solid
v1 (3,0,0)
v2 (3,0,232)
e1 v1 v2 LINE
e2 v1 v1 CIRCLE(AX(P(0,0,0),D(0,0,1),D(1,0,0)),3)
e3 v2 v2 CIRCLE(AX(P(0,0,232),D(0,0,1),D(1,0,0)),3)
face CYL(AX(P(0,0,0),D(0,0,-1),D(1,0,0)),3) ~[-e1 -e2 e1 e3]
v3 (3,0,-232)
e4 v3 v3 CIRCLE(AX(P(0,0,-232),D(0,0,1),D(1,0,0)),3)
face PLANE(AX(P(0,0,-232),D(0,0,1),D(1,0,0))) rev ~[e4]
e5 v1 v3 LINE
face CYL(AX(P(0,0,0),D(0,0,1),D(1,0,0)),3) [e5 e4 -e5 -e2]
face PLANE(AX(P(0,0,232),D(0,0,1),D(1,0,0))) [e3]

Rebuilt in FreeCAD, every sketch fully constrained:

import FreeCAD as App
import Part
import Sketcher

V = App.Vector
Q = App.Units.Quantity

doc = App.newDocument("Part")
body = doc.addObject("PartDesign::Body", "Body")

# Sketch on XY plane
sketch1 = body.newObject("Sketcher::SketchObject", "Sketch")
sketch1.AttachmentSupport = (doc.getObject("XY_Plane"), [""])
sketch1.MapMode = "FlatFace"
sketch1.addGeometry(Part.Circle(V(0, 0, 0), V(0, 0, 1), 3), False)
sketch1.addConstraint(Sketcher.Constraint("Coincident", 0, 3, -1, 1))
sketch1.addConstraint(Sketcher.Constraint("Diameter", 0, Q("6 mm")))
pad1 = body.newObject("PartDesign::Pad", "Pad")
pad1.Profile = sketch1
pad1.Length = 464
pad1.Midplane = True

doc.recompute()
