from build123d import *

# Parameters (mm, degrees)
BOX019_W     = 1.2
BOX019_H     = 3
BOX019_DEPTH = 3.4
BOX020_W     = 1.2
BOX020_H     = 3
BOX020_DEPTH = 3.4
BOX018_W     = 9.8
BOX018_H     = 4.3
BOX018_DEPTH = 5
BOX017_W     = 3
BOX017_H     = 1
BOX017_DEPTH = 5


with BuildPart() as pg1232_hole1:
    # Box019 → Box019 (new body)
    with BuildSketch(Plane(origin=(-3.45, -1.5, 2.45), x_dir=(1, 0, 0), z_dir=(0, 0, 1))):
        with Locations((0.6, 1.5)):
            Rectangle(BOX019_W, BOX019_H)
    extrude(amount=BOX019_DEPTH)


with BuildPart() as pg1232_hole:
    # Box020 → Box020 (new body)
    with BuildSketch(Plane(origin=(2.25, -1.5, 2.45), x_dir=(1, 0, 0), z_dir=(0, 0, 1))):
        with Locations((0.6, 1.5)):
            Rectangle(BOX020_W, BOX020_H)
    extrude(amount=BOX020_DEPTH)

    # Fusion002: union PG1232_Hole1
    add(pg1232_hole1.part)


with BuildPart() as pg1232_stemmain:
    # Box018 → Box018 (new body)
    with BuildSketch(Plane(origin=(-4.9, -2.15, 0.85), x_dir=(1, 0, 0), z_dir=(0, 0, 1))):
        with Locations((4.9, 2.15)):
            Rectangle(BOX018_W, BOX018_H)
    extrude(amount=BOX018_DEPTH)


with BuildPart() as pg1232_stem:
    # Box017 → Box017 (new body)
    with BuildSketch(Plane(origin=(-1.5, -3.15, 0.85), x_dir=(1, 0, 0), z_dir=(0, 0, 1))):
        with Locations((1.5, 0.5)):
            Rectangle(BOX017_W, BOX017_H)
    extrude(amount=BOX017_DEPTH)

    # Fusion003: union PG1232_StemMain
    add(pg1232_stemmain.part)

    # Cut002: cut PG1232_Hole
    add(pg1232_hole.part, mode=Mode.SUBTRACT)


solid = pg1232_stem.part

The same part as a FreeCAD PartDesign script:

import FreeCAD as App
import Part
import Sketcher

doc = App.newDocument("Part")
body = doc.addObject("PartDesign::Body", "Body")

# Sketch on XY plane
sketch1 = body.newObject("Sketcher::SketchObject", "Sketch")
sketch1.AttachmentSupport = (doc.getObject("XY_Plane"), [""])
sketch1.MapMode = "FlatFace"
sketch1.AttachmentOffset = App.Placement(App.Vector(0, 0, 2.45), App.Rotation())
sketch1.addGeometry([
    Part.LineSegment(App.Vector(-3.5, 1.5, 0), App.Vector(-3.5, -1.5, 0)),
    Part.LineSegment(App.Vector(-3.5, -1.5, 0), App.Vector(-2.2, -1.5, 0)),
    Part.LineSegment(App.Vector(-2.2, -1.5, 0), App.Vector(-2.2, 1.5, 0)),
    Part.LineSegment(App.Vector(-2.2, 1.5, 0), App.Vector(-3.5, 1.5, 0)),
], False)
sketch1.addConstraint([
    Sketcher.Constraint("Coincident", 0, 2, 1, 1),
    Sketcher.Constraint("Coincident", 1, 2, 2, 1),
    Sketcher.Constraint("Coincident", 2, 2, 3, 1),
    Sketcher.Constraint("Coincident", 3, 2, 0, 1),
    Sketcher.Constraint("Vertical", 0),
    Sketcher.Constraint("Horizontal", 1),
    Sketcher.Constraint("Vertical", 2),
    Sketcher.Constraint("Horizontal", 3),
    Sketcher.Constraint("DistanceY", 0, 2, 0, 1, 3.0),
    Sketcher.Constraint("DistanceX", 1, 1, 1, 2, 1.2),
    Sketcher.Constraint("DistanceY", 0, 2, -1, 1, 1.5),
    Sketcher.Constraint("DistanceX", 0, 2, -1, 1, 3.45),
])
pad1 = body.newObject("PartDesign::Pad", "Pad")
pad1.Profile = sketch1
pad1.Length = 3.4
body2 = doc.addObject("PartDesign::Body", "Body001")
body2.AllowCompound = True

# Sketch on XY plane
sketch2 = body2.newObject("Sketcher::SketchObject", "Sketch001")
sketch2.AttachmentSupport = (doc.getObject("XY_Plane001"), [""])
sketch2.MapMode = "FlatFace"
sketch2.AttachmentOffset = App.Placement(App.Vector(0, 0, 2.45), App.Rotation())
sketch2.addGeometry([
    Part.LineSegment(App.Vector(2.2, 1.5, 0), App.Vector(2.2, -1.5, 0)),
    Part.LineSegment(App.Vector(2.2, -1.5, 0), App.Vector(3.5, -1.5, 0)),
    Part.LineSegment(App.Vector(3.5, -1.5, 0), App.Vector(3.5, 1.5, 0)),
    Part.LineSegment(App.Vector(3.5, 1.5, 0), App.Vector(2.2, 1.5, 0)),
], False)
sketch2.addConstraint([
    Sketcher.Constraint("Coincident", 0, 2, 1, 1),
    Sketcher.Constraint("Coincident", 1, 2, 2, 1),
    Sketcher.Constraint("Coincident", 2, 2, 3, 1),
    Sketcher.Constraint("Coincident", 3, 2, 0, 1),
    Sketcher.Constraint("Vertical", 0),
    Sketcher.Constraint("Horizontal", 1),
    Sketcher.Constraint("Vertical", 2),
    Sketcher.Constraint("Horizontal", 3),
    Sketcher.Constraint("DistanceY", 0, 2, 0, 1, 3.0),
    Sketcher.Constraint("DistanceX", 1, 1, 1, 2, 1.2),
    Sketcher.Constraint("DistanceY", 0, 2, -1, 1, 1.5),
    Sketcher.Constraint("DistanceX", -1, 1, 0, 2, 2.25),
])
pad2 = body2.newObject("PartDesign::Pad", "Pad001")
pad2.Profile = sketch2
pad2.Length = 3.4
doc.recompute()

boolean = body2.newObject("PartDesign::Boolean", "Boolean")
boolean.Type = "Fuse"
boolean.addObjects([body])
body3 = doc.addObject("PartDesign::Body", "Body002")

# Sketch on XY plane
sketch3 = body3.newObject("Sketcher::SketchObject", "Sketch002")
sketch3.AttachmentSupport = (doc.getObject("XY_Plane002"), [""])
sketch3.MapMode = "FlatFace"
sketch3.AttachmentOffset = App.Placement(App.Vector(0, 0, 0.85), App.Rotation())
sketch3.addGeometry([
    Part.LineSegment(App.Vector(-4.9, 2.1, 0), App.Vector(-4.9, -2.1, 0)),
    Part.LineSegment(App.Vector(-4.9, -2.1, 0), App.Vector(4.9, -2.1, 0)),
    Part.LineSegment(App.Vector(4.9, -2.1, 0), App.Vector(4.9, 2.1, 0)),
    Part.LineSegment(App.Vector(4.9, 2.1, 0), App.Vector(-4.9, 2.1, 0)),
], False)
sketch3.addConstraint([
    Sketcher.Constraint("Coincident", 0, 2, 1, 1),
    Sketcher.Constraint("Coincident", 1, 2, 2, 1),
    Sketcher.Constraint("Coincident", 2, 2, 3, 1),
    Sketcher.Constraint("Coincident", 3, 2, 0, 1),
    Sketcher.Constraint("Vertical", 0),
    Sketcher.Constraint("Horizontal", 1),
    Sketcher.Constraint("Vertical", 2),
    Sketcher.Constraint("Horizontal", 3),
    Sketcher.Constraint("Symmetric", 0, 2, 2, 2, -1, 1),
    Sketcher.Constraint("DistanceX", 1, 1, 1, 2, 9.8),
    Sketcher.Constraint("DistanceY", 0, 2, 0, 1, 4.3),
])
pad3 = body3.newObject("PartDesign::Pad", "Pad002")
pad3.Profile = sketch3
pad3.Length = 5
body4 = doc.addObject("PartDesign::Body", "Body003")

# Sketch on XY plane
sketch4 = body4.newObject("Sketcher::SketchObject", "Sketch003")
sketch4.AttachmentSupport = (doc.getObject("XY_Plane003"), [""])
sketch4.MapMode = "FlatFace"
sketch4.AttachmentOffset = App.Placement(App.Vector(0, 0, 0.85), App.Rotation())
sketch4.addGeometry([
    Part.LineSegment(App.Vector(-1.5, -2.1, 0), App.Vector(-1.5, -3.1, 0)),
    Part.LineSegment(App.Vector(-1.5, -3.1, 0), App.Vector(1.5, -3.1, 0)),
    Part.LineSegment(App.Vector(1.5, -3.1, 0), App.Vector(1.5, -2.1, 0)),
    Part.LineSegment(App.Vector(1.5, -2.1, 0), App.Vector(-1.5, -2.1, 0)),
], False)
sketch4.addConstraint([
    Sketcher.Constraint("Coincident", 0, 2, 1, 1),
    Sketcher.Constraint("Coincident", 1, 2, 2, 1),
    Sketcher.Constraint("Coincident", 2, 2, 3, 1),
    Sketcher.Constraint("Coincident", 3, 2, 0, 1),
    Sketcher.Constraint("Vertical", 0),
    Sketcher.Constraint("Horizontal", 1),
    Sketcher.Constraint("Vertical", 2),
    Sketcher.Constraint("Horizontal", 3),
    Sketcher.Constraint("DistanceX", 1, 1, 1, 2, 3.0),
    Sketcher.Constraint("DistanceY", 0, 2, 0, 1, 1.0),
    Sketcher.Constraint("DistanceX", 0, 2, -1, 1, 1.5),
    Sketcher.Constraint("DistanceY", 0, 2, -1, 1, 3.15),
])
pad4 = body4.newObject("PartDesign::Pad", "Pad003")
pad4.Profile = sketch4
pad4.Length = 5
doc.recompute()

boolean2 = body4.newObject("PartDesign::Boolean", "Boolean001")
boolean2.Type = "Fuse"
boolean2.addObjects([body3])
doc.recompute()

boolean3 = body4.newObject("PartDesign::Boolean", "Boolean002")
boolean3.Type = "Cut"
boolean3.addObjects([body2])

doc.recompute()
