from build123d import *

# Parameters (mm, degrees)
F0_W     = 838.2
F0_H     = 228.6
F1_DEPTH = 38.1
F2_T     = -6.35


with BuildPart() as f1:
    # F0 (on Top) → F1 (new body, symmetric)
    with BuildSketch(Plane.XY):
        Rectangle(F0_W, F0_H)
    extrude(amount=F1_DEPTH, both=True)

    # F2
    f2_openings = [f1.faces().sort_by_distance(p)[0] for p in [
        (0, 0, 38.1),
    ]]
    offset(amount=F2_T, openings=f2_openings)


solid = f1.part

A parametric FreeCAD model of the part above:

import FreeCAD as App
import Part
import Sketcher
from FreeCAD import Vector
Q = App.Units.Quantity


def faces_at(feature, points):
    """Names of the faces that lie closest to the given points."""
    faces = feature.Shape.Faces
    near = lambda p: min(range(len(faces)), key=lambda i: faces[i].distToShape(Part.Vertex(*p))[0])
    return sorted({f"Face{near(p) + 1}" for p in points})

doc = App.newDocument("Part")
body = doc.addObject("PartDesign::Body", "Body")

# Sketch on XY plane
sketch1 = body.newObject("Sketcher::SketchObject", "Sketch")
sketch1.AttachmentSupport = (doc.getObject("XY_Plane"), [""])
sketch1.MapMode = "FlatFace"
sketch1.addGeometry(Part.LineSegment(Vector(-419, 114, 0), Vector(-419, -114, 0)), False)
sketch1.addGeometry(Part.LineSegment(Vector(-419, -114, 0), Vector(419, -114, 0)), False)
sketch1.addGeometry(Part.LineSegment(Vector(419, -114, 0), Vector(419, 114, 0)), False)
sketch1.addGeometry(Part.LineSegment(Vector(419, 114, 0), Vector(-419, 114, 0)), False)
sketch1.addConstraint(Sketcher.Constraint("Coincident", 0, 2, 1, 1))
sketch1.addConstraint(Sketcher.Constraint("Coincident", 1, 2, 2, 1))
sketch1.addConstraint(Sketcher.Constraint("Coincident", 2, 2, 3, 1))
sketch1.addConstraint(Sketcher.Constraint("Coincident", 3, 2, 0, 1))
sketch1.addConstraint(Sketcher.Constraint("Vertical", 0))
sketch1.addConstraint(Sketcher.Constraint("Horizontal", 1))
sketch1.addConstraint(Sketcher.Constraint("Vertical", 2))
sketch1.addConstraint(Sketcher.Constraint("Horizontal", 3))
sketch1.addConstraint(Sketcher.Constraint("Symmetric", 0, 2, 2, 2, -1, 1))
sketch1.addConstraint(Sketcher.Constraint("DistanceX", 1, 1, 1, 2, Q("33 in")))
sketch1.addConstraint(Sketcher.Constraint("DistanceY", 0, 2, 0, 1, Q("9 in")))
pad1 = body.newObject("PartDesign::Pad", "Pad")
pad1.Profile = sketch1
pad1.Length = Q("3 in")
pad1.Midplane = True
doc.recompute()

thickness = body.newObject("PartDesign::Thickness", "Thickness")
thickness.Base = (pad1, faces_at(pad1, [(0, 0, 38.1)]))
thickness.Value = Q("0.25 in")
thickness.Reversed = True
thickness.Join = "Arc"

doc.recompute()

·····

== Work to be completed ==
Starting from the top of the records and ending at the line that contains "e5 v1 v3 LINE", repeat each line exactly and return only those lines.

== The completed task ==
solid
v1 (3,0,0)
v2 (3,0,232)
e1 v1 v2 LINE
e2 v1 v1 CIRCLE(AX(P(0,0,0),D(0,0,1),D(1,0,0)),3)
e3 v2 v2 CIRCLE(AX(P(0,0,232),D(0,0,1),D(1,0,0)),3)
face CYL(AX(P(0,0,0),D(0,0,-1),D(1,0,0)),3) ~[-e1 -e2 e1 e3]
v3 (3,0,-232)
e4 v3 v3 CIRCLE(AX(P(0,0,-232),D(0,0,1),D(1,0,0)),3)
face PLANE(AX(P(0,0,-232),D(0,0,1),D(1,0,0))) rev ~[e4]
e5 v1 v3 LINE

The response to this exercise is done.